> What you are asked to do
For each line below that holds the word "VECTOR", make a copy.

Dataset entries
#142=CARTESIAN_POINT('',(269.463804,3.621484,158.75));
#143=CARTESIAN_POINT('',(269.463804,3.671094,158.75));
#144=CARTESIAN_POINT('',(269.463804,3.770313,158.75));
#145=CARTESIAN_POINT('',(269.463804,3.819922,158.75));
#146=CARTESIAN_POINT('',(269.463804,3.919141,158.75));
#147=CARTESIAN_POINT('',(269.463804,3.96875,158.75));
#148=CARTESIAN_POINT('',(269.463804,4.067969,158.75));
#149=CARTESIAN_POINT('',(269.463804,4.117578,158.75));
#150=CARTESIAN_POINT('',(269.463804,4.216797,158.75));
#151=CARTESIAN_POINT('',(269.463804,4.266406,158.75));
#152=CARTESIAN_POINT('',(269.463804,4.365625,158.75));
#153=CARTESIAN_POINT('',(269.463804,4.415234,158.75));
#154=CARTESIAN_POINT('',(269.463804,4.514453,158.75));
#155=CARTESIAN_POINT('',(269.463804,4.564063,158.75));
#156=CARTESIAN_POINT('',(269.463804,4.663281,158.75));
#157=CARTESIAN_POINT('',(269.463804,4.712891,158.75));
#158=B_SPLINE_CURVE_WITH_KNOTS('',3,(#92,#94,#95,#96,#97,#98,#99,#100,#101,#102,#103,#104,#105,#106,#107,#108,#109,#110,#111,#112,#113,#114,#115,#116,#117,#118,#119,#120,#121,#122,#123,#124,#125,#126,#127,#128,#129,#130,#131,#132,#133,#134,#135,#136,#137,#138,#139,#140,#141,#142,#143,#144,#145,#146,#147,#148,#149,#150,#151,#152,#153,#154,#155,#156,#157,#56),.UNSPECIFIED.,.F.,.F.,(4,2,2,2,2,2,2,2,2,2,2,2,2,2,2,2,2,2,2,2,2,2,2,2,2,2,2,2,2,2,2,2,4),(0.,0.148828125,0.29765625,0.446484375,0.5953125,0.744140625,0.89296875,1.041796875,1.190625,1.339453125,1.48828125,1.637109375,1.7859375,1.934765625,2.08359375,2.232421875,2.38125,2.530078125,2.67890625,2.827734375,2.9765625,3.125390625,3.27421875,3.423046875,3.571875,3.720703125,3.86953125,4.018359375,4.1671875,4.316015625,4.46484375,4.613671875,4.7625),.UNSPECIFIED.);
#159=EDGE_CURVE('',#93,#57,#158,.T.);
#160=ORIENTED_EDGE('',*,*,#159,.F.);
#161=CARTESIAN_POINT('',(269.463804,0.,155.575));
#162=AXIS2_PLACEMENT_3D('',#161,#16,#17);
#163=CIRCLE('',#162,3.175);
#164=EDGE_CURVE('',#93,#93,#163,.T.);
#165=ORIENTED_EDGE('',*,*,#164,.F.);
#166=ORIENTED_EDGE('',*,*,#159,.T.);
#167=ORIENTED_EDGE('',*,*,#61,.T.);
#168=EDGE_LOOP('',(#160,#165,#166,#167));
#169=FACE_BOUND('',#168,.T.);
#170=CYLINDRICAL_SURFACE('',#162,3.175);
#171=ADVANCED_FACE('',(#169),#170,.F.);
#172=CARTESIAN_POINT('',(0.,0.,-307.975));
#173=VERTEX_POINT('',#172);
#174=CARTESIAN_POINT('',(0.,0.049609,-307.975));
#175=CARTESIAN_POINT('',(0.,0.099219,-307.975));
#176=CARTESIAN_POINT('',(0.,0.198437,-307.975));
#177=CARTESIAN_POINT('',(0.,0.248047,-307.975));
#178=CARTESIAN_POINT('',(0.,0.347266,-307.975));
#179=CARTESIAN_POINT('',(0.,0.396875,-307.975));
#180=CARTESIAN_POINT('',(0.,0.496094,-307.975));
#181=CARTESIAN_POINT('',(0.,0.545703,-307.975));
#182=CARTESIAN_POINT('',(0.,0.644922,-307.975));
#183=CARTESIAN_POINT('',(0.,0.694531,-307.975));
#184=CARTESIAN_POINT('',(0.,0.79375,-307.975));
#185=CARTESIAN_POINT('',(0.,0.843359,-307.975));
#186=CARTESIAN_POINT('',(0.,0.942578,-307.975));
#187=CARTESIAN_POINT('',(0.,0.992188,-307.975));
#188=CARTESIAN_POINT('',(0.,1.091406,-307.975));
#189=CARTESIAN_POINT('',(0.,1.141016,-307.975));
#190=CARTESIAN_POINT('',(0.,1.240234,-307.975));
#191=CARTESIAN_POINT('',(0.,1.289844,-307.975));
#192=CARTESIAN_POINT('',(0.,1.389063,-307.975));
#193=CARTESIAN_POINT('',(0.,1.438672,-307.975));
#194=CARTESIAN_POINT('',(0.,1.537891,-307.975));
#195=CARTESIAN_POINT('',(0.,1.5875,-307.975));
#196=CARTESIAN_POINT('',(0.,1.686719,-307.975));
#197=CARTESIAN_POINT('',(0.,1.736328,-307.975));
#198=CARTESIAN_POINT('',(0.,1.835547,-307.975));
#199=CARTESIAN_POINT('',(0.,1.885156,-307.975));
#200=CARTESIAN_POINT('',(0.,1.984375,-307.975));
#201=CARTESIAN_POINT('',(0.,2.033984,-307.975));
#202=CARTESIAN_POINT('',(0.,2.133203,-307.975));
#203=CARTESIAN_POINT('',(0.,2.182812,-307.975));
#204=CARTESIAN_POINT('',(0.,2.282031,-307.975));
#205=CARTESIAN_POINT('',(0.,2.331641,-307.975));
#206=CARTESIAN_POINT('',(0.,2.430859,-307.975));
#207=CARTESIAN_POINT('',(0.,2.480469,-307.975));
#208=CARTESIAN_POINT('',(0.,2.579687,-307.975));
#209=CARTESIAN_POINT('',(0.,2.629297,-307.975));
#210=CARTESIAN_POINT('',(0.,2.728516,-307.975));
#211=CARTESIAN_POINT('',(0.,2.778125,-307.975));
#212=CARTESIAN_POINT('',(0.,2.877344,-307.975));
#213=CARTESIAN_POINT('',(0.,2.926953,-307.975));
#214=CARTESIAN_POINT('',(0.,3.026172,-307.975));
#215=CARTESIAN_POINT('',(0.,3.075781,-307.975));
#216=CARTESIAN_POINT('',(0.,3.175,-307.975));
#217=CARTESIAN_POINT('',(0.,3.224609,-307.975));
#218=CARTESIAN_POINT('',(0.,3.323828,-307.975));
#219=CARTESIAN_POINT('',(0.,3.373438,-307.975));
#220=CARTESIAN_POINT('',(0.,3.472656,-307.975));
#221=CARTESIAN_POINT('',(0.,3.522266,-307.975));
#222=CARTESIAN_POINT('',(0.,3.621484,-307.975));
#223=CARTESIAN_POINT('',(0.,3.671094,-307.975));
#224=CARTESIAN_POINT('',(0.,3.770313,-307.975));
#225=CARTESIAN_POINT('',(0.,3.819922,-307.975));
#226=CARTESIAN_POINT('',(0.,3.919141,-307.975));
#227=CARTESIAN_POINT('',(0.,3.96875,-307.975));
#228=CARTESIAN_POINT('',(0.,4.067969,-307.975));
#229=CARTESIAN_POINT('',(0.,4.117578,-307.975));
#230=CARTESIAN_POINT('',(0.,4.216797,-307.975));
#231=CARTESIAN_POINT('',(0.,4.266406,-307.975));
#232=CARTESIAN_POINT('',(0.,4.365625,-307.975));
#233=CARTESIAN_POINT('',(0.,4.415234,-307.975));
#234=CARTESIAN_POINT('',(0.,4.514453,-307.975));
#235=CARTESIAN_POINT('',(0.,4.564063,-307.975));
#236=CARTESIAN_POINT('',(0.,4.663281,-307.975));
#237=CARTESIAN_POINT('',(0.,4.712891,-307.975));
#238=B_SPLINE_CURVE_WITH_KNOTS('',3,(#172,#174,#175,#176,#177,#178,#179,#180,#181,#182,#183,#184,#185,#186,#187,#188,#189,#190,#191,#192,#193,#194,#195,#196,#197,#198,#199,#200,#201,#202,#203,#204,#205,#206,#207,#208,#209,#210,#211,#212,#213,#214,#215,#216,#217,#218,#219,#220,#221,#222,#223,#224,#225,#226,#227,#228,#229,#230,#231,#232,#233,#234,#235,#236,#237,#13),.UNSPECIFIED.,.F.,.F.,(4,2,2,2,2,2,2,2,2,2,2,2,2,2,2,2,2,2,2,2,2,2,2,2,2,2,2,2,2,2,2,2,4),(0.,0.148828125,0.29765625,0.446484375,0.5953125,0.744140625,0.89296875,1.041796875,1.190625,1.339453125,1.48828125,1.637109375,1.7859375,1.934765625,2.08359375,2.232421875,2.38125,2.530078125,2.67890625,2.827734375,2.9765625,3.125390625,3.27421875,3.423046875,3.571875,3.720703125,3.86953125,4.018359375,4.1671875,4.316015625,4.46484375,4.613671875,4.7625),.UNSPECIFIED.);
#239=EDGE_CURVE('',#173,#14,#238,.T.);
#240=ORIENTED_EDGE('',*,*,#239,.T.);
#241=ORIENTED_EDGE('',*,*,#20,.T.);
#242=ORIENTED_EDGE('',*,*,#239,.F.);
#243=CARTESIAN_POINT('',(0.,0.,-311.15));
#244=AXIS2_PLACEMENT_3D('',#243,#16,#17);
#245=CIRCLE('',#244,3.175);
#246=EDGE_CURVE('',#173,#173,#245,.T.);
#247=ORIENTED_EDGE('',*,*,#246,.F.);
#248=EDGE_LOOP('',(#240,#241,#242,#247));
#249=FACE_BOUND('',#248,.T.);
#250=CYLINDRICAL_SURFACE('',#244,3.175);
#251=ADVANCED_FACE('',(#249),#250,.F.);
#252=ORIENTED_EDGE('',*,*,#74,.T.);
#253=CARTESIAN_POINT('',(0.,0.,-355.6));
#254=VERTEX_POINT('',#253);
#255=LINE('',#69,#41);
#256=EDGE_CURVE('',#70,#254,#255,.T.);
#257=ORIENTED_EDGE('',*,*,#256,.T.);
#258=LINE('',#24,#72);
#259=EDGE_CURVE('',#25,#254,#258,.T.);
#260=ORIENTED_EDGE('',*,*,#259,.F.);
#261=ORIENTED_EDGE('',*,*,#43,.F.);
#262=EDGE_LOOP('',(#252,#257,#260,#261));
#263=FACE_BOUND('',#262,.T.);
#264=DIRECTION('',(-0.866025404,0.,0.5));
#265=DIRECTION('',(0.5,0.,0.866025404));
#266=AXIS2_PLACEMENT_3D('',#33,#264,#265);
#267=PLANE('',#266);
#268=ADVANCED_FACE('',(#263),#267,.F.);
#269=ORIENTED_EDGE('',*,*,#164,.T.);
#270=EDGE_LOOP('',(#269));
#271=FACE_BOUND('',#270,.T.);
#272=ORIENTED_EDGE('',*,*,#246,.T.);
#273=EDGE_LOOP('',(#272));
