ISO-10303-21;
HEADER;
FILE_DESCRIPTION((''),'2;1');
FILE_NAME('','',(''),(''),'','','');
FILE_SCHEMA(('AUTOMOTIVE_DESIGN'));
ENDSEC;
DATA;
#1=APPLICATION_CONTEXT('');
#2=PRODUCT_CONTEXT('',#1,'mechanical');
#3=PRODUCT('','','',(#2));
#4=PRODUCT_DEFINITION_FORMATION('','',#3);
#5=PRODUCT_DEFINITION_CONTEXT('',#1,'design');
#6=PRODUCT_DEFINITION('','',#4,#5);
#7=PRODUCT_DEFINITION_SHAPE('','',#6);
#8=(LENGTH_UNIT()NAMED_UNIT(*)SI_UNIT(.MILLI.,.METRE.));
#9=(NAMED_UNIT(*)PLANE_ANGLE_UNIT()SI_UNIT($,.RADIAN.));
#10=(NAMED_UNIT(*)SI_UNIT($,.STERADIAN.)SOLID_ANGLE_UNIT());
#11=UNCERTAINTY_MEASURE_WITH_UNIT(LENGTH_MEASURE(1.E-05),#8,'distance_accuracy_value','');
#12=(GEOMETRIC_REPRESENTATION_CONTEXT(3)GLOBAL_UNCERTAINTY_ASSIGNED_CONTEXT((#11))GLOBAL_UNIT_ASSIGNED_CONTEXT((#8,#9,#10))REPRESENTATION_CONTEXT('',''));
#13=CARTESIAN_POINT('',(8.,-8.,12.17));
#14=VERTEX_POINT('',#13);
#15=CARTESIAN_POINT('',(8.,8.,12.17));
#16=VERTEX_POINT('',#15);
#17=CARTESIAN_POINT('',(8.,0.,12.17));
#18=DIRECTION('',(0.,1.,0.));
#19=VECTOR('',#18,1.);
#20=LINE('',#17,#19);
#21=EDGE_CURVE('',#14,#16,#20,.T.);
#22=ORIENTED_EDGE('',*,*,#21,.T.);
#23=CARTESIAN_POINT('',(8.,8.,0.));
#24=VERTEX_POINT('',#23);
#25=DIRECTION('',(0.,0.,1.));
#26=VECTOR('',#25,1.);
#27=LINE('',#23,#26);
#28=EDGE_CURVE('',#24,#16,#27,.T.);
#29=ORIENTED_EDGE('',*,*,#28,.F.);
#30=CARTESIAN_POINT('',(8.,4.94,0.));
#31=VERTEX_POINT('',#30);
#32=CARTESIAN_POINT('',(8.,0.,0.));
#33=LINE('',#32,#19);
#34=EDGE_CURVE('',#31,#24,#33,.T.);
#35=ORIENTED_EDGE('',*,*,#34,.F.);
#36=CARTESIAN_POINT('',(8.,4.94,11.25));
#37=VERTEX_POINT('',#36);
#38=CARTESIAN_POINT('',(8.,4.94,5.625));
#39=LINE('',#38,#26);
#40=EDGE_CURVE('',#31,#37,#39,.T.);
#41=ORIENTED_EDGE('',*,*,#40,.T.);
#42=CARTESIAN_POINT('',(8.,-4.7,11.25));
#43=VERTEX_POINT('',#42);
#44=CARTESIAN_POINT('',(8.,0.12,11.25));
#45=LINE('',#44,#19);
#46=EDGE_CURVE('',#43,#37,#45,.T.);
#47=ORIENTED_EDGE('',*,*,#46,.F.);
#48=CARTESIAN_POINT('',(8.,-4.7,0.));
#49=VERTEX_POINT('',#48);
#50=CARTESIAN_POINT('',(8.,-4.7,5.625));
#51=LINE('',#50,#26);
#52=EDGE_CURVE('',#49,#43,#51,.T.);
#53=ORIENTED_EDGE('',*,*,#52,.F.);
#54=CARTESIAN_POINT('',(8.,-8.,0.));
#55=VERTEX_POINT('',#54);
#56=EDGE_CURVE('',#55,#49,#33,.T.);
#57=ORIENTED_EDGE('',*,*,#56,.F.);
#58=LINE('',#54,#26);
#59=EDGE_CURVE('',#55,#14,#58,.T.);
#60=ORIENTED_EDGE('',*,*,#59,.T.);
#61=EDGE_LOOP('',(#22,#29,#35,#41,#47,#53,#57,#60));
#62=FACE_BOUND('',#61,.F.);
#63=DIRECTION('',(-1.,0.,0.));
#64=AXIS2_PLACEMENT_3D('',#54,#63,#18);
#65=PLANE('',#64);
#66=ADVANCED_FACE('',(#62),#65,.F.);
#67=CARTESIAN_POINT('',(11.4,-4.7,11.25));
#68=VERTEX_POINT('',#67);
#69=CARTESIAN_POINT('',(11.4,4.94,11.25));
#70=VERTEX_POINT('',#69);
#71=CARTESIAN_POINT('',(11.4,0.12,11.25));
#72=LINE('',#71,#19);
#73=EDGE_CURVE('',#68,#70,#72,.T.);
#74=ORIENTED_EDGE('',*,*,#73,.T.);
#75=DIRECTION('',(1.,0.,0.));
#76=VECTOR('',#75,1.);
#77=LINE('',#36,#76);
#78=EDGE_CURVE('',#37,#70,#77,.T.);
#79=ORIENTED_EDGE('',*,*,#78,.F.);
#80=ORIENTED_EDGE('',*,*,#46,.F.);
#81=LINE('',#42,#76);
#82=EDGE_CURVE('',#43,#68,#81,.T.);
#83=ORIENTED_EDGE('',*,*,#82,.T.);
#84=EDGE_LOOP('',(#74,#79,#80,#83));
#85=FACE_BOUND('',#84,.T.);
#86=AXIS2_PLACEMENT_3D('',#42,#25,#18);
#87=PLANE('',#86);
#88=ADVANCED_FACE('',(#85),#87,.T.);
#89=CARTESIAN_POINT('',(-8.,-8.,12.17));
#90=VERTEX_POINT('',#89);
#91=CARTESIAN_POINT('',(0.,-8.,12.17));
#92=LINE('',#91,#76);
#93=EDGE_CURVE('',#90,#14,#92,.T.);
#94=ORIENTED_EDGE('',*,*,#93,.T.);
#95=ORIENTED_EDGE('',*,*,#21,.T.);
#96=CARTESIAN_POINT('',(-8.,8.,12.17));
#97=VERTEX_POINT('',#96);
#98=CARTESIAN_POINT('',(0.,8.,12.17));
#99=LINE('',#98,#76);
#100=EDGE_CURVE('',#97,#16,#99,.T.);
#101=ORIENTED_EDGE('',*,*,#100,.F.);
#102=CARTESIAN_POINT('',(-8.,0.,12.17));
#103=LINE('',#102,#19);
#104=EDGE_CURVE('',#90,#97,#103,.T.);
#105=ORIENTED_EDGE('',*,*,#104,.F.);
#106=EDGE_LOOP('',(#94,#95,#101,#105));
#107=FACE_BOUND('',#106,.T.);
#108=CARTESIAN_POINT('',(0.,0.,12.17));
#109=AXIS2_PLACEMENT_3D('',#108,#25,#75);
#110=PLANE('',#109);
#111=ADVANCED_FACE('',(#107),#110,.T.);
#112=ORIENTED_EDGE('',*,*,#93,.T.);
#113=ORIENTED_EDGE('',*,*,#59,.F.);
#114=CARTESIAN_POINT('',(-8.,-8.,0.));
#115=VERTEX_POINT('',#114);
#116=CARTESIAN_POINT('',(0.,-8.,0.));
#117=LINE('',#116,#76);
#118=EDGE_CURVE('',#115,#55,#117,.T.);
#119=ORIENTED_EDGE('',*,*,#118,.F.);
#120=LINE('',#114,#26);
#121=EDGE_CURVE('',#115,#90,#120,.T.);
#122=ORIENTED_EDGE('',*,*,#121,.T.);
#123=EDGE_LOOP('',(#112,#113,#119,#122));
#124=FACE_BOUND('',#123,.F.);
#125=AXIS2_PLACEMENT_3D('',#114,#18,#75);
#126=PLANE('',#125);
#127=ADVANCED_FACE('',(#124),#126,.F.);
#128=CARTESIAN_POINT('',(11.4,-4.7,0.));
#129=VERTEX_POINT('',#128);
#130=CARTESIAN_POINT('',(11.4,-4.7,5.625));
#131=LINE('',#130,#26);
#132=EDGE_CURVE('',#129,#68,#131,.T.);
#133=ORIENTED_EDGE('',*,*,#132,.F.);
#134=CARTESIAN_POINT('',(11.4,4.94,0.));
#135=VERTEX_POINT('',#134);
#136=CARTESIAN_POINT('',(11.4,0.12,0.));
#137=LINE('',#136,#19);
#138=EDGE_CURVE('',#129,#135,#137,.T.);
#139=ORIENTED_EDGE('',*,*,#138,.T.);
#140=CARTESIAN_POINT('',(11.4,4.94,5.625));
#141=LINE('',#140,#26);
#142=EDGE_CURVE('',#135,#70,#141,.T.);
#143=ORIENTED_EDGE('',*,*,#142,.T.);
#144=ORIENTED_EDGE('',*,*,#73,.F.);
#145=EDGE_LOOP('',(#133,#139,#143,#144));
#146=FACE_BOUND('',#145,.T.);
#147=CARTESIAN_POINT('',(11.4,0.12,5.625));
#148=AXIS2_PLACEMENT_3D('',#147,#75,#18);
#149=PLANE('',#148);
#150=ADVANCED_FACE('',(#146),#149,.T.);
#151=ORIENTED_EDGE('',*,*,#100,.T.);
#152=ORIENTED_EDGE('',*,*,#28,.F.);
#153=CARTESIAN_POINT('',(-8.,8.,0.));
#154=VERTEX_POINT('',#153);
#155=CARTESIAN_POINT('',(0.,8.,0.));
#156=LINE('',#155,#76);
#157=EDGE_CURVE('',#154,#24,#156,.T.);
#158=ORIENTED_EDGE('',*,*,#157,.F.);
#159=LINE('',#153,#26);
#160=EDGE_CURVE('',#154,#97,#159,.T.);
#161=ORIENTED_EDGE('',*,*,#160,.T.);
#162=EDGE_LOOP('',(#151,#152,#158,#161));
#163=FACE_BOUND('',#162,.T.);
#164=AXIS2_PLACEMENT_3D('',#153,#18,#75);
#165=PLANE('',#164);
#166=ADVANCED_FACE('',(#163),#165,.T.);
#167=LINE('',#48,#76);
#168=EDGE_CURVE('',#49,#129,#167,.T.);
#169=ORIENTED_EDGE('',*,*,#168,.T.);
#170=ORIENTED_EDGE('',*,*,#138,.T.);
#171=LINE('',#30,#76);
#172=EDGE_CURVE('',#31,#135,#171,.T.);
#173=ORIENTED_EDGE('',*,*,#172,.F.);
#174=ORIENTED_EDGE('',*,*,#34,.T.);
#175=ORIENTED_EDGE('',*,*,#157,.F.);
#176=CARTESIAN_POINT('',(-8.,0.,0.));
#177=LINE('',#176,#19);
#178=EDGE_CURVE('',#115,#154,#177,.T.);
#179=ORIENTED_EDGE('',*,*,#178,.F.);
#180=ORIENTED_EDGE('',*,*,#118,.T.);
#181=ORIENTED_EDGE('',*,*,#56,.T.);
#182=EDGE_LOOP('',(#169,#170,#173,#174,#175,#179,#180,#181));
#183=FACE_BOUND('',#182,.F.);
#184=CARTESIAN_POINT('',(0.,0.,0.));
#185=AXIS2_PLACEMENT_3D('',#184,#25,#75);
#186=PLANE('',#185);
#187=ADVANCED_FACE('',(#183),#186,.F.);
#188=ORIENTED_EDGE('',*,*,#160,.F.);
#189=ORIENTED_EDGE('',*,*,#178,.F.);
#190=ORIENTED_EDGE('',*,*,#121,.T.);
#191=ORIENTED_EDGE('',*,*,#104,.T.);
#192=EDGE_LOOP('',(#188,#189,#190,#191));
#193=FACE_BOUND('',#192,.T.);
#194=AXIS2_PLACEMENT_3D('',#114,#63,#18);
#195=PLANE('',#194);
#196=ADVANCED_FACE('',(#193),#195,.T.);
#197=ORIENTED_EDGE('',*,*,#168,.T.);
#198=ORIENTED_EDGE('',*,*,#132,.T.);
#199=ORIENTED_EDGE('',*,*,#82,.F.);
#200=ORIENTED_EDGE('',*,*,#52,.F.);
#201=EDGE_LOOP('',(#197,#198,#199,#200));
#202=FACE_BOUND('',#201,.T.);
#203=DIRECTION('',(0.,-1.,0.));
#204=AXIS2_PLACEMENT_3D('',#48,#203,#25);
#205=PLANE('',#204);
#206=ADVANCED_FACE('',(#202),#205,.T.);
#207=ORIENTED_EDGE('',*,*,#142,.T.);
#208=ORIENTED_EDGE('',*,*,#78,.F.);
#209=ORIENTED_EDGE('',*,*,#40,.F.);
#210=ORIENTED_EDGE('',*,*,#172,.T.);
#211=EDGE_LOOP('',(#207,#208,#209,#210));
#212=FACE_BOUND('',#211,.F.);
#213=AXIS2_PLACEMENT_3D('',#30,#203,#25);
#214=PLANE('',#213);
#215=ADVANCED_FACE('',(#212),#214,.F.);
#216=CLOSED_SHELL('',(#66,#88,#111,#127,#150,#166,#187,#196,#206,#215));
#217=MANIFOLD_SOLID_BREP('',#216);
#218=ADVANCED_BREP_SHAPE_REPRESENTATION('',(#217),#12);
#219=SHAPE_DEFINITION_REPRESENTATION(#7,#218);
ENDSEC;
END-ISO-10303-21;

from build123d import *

# Parameters (mm, degrees)
F0_W     = 16
F0_H     = 16
F1_DEPTH = 12.17
F2_W     = 9.64
F2_H     = 11.25
F3_DEPTH = 3.4


with BuildPart() as f1:
    # F0 (on Top) → F1 (new body)
    with BuildSketch(Plane.XY):
        Rectangle(F0_W, F0_H)
    extrude(amount=F1_DEPTH)

    # F2 (on face) → F3 (join)
    with BuildSketch(Plane.YZ.offset(8)):
        with Locations((0.12, 5.625)):
            Rectangle(F2_W, F2_H)
    extrude(amount=F3_DEPTH)


solid = f1.part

> Written response
#19=VECTOR('',#18,1.);
#26=VECTOR('',#25,1.);
#76=VECTOR('',#75,1.);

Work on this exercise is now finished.